Medcomms from launch to long tail: making your content work harder, for longer

June 25 2025 / By Charlie Rapple
The journey of developing and launching your new treatment is a long one. When you get to the launch, it is the crystallization of years of effort. Regulatory approval is secured, pivotal data is published, and a surge of communications follows: congress presentations, publication plans, stakeholder briefings. Much effort and investment goes into creating the content that supports communications, throughout the trial – from pre-clinical fact sheets to phase II posters and phase III articles – but particularly at launch, where big bucks get spent on videos, interactive graphics, data visualizations, and many other kinds of digital medical education content.
 
An entire industry has grown up around creating carefully targeted content with the highest production values. But too often this sophisticated, expensive material has a burst of visibility and usage at launch, and then sits under-leveraged in a little-known repository.
too often, sophisticated, expensive content sits under-leveraged in a little-known repository
The mechanisms that drive awareness in the early weeks begin to falter. Search visibility declines; content becomes siloed, orphaned. But the *need* for the content remains.

Missed opportunities

This is a common gap in strategic medical communications strategies. It represents missed opportunities to support evidence-based decisions across markets, stakeholder groups, and timeframes. It potentially even allows misinformation or outdated understanding to persist, because insights are buried in inaccessible formats or under-discoverable repositories. Ultimately this gap means getting less ROI for your content spend than you should or could be getting.
 
What to do? The key is to think about your medical communications in a more joined-up, iterative way. Think about the pathway for each piece, not only in terms of how you join it up with other pieces, but also in terms of its own lifespan and how it can be repurposed and reused over time.
 

Content pathway

From one-and-done to over-and-over

Many assets are designed for a moment in time, often tied to a specific audience or channel – a slide deck for an internal MSL briefing, a congress abstract, a gated microsite for HCPs.

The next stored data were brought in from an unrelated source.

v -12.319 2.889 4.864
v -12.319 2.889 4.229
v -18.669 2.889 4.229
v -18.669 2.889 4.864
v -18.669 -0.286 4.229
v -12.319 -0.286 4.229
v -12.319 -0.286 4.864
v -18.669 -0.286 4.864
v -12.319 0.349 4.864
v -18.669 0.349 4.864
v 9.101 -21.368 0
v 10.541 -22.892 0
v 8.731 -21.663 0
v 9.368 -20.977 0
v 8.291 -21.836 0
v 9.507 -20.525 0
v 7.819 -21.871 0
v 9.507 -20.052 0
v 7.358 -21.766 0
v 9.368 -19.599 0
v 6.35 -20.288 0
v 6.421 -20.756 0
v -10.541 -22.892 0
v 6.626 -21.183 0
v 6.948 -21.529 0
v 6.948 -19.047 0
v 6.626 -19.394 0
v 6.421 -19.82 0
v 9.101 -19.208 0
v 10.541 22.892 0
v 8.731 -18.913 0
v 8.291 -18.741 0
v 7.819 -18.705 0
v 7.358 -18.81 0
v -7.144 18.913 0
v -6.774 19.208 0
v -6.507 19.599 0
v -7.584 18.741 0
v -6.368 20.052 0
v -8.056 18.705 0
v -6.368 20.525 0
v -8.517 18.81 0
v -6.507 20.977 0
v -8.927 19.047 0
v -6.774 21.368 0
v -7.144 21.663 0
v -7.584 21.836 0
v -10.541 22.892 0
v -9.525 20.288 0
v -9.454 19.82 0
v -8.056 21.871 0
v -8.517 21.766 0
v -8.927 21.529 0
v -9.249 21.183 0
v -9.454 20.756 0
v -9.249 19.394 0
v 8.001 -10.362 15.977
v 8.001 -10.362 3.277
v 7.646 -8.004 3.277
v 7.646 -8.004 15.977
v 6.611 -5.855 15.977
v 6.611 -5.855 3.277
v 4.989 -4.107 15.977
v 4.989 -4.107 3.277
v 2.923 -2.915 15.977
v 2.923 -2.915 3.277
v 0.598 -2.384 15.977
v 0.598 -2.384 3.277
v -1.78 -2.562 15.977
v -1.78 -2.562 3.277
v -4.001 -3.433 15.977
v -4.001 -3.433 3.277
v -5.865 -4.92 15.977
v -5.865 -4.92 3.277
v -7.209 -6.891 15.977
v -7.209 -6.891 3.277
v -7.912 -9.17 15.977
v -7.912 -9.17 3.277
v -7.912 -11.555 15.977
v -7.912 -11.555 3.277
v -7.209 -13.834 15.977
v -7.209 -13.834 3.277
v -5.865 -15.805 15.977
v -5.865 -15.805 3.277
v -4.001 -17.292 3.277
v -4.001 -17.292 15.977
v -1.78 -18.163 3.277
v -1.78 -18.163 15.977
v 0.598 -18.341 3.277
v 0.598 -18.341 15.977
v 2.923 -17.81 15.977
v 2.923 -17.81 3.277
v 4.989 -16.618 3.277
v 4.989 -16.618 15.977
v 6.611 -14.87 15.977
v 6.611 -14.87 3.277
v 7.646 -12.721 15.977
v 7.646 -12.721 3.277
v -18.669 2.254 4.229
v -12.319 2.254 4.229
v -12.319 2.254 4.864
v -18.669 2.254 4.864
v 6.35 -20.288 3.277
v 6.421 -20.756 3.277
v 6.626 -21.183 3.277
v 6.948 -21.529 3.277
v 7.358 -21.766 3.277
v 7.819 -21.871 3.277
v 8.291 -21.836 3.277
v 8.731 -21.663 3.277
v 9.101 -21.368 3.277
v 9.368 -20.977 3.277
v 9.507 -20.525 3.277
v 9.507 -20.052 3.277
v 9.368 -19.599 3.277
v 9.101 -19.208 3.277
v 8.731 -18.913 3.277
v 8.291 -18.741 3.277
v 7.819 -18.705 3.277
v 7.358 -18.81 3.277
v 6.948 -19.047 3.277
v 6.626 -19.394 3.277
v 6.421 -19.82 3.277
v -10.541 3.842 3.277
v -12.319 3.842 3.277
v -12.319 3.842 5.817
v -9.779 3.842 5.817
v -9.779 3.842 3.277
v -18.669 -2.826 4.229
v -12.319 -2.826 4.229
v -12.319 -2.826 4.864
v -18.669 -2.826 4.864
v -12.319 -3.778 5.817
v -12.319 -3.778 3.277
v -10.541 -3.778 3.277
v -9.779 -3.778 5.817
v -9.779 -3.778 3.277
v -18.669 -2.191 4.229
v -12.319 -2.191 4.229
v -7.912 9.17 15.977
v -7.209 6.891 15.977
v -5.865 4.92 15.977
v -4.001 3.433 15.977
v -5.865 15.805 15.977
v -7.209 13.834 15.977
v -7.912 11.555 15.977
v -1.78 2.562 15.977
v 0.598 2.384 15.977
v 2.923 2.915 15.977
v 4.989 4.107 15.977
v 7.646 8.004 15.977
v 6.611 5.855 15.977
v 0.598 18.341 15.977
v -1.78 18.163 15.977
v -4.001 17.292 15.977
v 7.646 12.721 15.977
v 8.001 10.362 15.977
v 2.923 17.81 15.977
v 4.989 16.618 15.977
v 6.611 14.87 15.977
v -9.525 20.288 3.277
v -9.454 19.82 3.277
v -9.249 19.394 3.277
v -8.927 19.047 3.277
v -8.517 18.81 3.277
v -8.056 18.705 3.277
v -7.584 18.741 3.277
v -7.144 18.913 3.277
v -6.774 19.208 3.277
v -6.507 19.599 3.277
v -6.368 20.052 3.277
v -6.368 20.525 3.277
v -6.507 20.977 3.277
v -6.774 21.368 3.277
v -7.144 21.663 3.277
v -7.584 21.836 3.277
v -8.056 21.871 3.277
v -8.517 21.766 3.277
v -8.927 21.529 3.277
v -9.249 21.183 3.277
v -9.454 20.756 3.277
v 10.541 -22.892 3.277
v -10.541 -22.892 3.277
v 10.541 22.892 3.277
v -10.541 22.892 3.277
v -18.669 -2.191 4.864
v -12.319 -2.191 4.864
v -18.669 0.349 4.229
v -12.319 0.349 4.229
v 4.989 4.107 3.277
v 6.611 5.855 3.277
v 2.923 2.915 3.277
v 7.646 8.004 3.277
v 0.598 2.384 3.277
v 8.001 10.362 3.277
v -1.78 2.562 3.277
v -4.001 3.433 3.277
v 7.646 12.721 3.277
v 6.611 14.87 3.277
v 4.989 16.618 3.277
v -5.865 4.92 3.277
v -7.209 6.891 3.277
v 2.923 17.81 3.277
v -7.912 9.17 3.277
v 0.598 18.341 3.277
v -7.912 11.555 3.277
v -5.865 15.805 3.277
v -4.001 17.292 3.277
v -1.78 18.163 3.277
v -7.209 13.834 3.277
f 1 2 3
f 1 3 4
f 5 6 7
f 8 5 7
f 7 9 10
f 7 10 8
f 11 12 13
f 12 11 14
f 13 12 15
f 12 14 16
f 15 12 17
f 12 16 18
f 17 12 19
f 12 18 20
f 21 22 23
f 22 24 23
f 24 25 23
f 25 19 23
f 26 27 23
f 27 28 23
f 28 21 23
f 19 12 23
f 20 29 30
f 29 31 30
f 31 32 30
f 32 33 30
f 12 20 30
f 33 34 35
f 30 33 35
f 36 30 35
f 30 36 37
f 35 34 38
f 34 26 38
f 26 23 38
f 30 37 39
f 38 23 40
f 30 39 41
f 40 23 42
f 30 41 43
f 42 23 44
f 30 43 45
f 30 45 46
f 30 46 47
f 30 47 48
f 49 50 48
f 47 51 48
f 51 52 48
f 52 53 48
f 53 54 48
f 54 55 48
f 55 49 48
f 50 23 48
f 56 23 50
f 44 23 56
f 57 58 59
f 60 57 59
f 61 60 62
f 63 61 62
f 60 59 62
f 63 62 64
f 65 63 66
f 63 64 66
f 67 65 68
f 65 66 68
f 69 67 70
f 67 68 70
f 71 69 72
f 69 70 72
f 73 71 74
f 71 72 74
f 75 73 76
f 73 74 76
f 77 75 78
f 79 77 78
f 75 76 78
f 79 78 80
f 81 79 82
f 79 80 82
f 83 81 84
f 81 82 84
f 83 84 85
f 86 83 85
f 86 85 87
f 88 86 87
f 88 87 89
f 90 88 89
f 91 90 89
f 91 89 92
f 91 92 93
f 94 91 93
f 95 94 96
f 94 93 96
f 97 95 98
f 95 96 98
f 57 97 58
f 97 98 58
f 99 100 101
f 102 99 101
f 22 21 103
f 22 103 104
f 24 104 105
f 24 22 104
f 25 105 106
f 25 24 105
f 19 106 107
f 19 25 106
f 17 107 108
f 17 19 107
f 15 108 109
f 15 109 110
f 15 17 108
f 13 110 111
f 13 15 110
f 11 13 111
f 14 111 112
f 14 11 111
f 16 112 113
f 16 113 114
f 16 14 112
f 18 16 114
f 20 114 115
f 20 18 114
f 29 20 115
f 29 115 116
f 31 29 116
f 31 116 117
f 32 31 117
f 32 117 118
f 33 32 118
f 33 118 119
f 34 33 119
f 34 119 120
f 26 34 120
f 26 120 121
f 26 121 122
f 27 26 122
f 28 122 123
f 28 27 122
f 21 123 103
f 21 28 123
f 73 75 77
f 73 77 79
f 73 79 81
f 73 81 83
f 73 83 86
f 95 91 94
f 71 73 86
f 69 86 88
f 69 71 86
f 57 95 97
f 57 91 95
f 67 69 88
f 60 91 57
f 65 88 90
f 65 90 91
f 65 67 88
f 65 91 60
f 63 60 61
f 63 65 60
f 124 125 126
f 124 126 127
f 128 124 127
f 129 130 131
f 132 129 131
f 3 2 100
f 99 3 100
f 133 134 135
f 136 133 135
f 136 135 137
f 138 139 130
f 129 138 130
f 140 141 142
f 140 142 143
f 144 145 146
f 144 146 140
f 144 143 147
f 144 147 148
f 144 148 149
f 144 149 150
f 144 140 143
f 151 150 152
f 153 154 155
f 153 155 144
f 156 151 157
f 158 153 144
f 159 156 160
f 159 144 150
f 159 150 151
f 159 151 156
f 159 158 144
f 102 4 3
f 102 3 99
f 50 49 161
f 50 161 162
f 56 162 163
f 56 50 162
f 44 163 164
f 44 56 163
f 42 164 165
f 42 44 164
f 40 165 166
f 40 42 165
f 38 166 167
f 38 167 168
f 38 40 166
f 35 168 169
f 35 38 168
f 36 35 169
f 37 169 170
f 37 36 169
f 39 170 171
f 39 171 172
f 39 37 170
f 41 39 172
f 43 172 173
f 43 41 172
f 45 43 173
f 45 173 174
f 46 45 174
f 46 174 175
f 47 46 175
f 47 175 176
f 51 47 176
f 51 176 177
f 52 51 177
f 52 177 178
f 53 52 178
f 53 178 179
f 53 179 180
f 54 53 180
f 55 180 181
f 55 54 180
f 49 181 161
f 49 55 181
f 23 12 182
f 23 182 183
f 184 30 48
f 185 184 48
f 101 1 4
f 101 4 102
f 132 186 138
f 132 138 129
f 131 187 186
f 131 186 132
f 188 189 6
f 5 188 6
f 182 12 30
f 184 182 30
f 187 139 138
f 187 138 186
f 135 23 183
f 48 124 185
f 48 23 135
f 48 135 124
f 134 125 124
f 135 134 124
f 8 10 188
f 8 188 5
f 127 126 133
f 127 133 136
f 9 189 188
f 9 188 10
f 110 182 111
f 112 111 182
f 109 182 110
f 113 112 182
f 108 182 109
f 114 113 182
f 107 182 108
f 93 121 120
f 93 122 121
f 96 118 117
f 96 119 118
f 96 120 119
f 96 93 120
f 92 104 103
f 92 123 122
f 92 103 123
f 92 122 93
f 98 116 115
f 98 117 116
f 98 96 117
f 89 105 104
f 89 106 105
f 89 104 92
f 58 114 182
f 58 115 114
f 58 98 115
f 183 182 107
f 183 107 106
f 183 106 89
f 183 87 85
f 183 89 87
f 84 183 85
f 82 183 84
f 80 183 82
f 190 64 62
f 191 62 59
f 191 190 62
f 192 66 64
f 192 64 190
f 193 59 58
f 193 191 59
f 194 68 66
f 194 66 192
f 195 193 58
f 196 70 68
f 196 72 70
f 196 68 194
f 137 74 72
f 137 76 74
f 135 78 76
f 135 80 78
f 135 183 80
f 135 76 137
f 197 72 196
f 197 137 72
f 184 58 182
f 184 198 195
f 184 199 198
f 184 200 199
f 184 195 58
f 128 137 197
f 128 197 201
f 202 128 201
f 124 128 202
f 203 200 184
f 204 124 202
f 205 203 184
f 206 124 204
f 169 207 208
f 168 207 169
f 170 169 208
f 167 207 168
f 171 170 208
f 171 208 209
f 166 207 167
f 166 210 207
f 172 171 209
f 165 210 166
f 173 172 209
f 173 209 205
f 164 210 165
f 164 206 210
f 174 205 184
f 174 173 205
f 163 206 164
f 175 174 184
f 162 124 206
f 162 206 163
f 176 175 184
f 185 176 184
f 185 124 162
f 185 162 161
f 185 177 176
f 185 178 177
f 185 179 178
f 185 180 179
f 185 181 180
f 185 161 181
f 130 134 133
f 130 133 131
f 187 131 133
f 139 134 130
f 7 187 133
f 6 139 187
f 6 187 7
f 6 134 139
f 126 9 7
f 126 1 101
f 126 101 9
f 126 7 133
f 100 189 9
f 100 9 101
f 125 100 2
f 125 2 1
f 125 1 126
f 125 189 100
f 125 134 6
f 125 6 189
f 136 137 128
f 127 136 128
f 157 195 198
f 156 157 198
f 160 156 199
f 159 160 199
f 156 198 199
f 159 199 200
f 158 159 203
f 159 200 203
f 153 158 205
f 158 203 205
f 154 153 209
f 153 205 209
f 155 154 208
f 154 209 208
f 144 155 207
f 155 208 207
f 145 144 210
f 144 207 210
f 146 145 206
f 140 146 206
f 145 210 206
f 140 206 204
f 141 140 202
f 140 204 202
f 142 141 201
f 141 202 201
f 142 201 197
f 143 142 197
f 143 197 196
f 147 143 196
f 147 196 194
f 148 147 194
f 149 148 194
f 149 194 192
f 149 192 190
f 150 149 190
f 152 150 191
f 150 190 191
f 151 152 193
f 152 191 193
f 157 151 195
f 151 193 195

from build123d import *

# Parameters (mm, degrees)
SKETCH1_W           = 45.7835
SKETCH1_H           = 21.082
SKETCH1_R           = 1.5875
BOSS_EXTRUDE1_DEPTH = 3.2766
SKETCH2_R           = 8.001
BOSS_EXTRUDE2_DEPTH = 12.7
SKETCH3_W           = 2.54
SKETCH3_H           = 7.62
BOSS_EXTRUDE3_DEPTH = 2.54
SKETCH4_W           = 0.635
SKETCH4_H           = 0.635
BOSS_EXTRUDE4_DEPTH = 6.35


with BuildPart() as part:
    # Sketch1 → Boss-Extrude1 (new body)
    with BuildSketch(Plane(origin=(0, 0, 0), x_dir=(0, 1, 0), z_dir=(0, 0, 1))):
        Rectangle(SKETCH1_W, SKETCH1_H)
        with Locations(Location((-20.28825, -7.9375, 0), (0, 0, 90))):
            Circle(SKETCH1_R, mode=Mode.SUBTRACT)
        with Locations(Location((20.28825, 7.9375, 0), (0, 0, 90))):
            Circle(SKETCH1_R, mode=Mode.SUBTRACT)
    extrude(amount=BOSS_EXTRUDE1_DEPTH)

    # Sketch2 → Boss-Extrude2 (add)
    with BuildSketch(Plane.XY.offset(3.2766)):
        with Locations((0, 10.362469871)):
            Circle(SKETCH2_R)
        with Locations((0, -10.362469871)):
            Circle(SKETCH2_R)
    extrude(amount=BOSS_EXTRUDE2_DEPTH)

    # Sketch3 → Boss-Extrude3 (add)
    with BuildSketch(Plane.XY.offset(3.2766)):
        with Locations((-11.049, 0.03175)):
            Rectangle(SKETCH3_W, SKETCH3_H)
    extrude(amount=BOSS_EXTRUDE3_DEPTH)

    # Sketch4 → Boss-Extrude4 (add)
    with BuildSketch(Plane(origin=(-12.319, 0, 0), x_dir=(0, -1, 0), z_dir=(-1, 0, 0))):
        with Locations((2.50825, 4.5466)):
            Rectangle(SKETCH4_W, SKETCH4_H)
        with Locations((-0.03175, 4.5466)):
            Rectangle(SKETCH4_W, SKETCH4_H)
        with Locations((-2.57175, 4.5466)):
            Rectangle(SKETCH4_W, SKETCH4_H)
    extrude(amount=BOSS_EXTRUDE4_DEPTH)


solid = part.part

These are typically siloed and dispersed, with little in the way of lasting discoverability or interoperability. Once the immediate application of the asset has passed, its visibility begins to decline. But it doesn't need to. The content still has plenty of uses. For example, post-approval, the same data that supported regulatory submission now serves to inform clinical decisions, formulary discussions, and guideline development.
treat dissemination as an adaptive, continuous process
The imperative, then, is not necessarily to keep creating new content, but to maintain, repurpose and connect the content we already have – to treat dissemination not as a one-time event but as an adaptive, continuous process.

Designing for discovery

Adopting a continuous approach doesn't mean scrapping everything and having to start all over again. It just means rounding out our thinking of what each piece of content can do for us. For example, a plain language summary isn't only a tool for patient engagement. It is a very effective way of driving organic discovery. Even healthcare professionals use general search tools (i.e. Google) to look for information, and when they do, they tend to search not for technical terms but for plain language queries. Yes, when writing for or speaking to clinical colleagues they might talk about “angiotensin II receptor blockers for resistant hypertension”. But when they’re standing in clinic with five minutes to spare and a phone in their hand, they’re far more likely to Google it as “best treatment for high blood pressure that won’t cause a cough”. So Google prioritises search results that incorporate plain language terms.
Google prioritises search results that incorporates plain language terms.
Continuity also depends on coherence. Fragmented content loses meaning when isolated from its context. By curating story-driven pathways – giving people a clear "next step" link to take them from visual to summary to publication, for example – we're not only helping guide individuals' education, we're also signalling context and connections to discovery tools – whether that is Google, or AI, or other systems trying to understand the evidence base.

Rethinking value

There is also, of course, a deeper question beneath this: how do we measure the value of medical communications? Traditional metrics (citations) are limited in scope. In the long tail, we should be asking who is finding the content, how, and to what end. Are previously hard-to-reach stakeholders engaging with material months after publication? Are summaries being shared across borders or translated into clinical impact?
 
Answering these questions demands more than basic analytics; it requires a framework that captures the dynamics of attention, understanding, and influence over time. It means recognizing that the success of dissemination is not simply in how content performs at launch, but in how it lives, adapts, and continues to inform.

A more sustainable future for #medcomms

The pharmaceutical industry rightly invests heavily in the generation of high-quality evidence. But the return on that investment depends increasingly on our ability to surface, contextualize, and communicate that evidence throughout the lifecycle of a therapy.
 
Long-tail strategies grounded in discoverability, continuity, and contextual relevance offer a more sustainable model for medical communication. They align with the realities of modern healthcare decision-making, which is seldom immediate, linear, or uniform. They also acknowledge a truth too often overlooked: that the life of clinical data does not end at launch. With the right infrastructure and intent, it can  and should  do much more.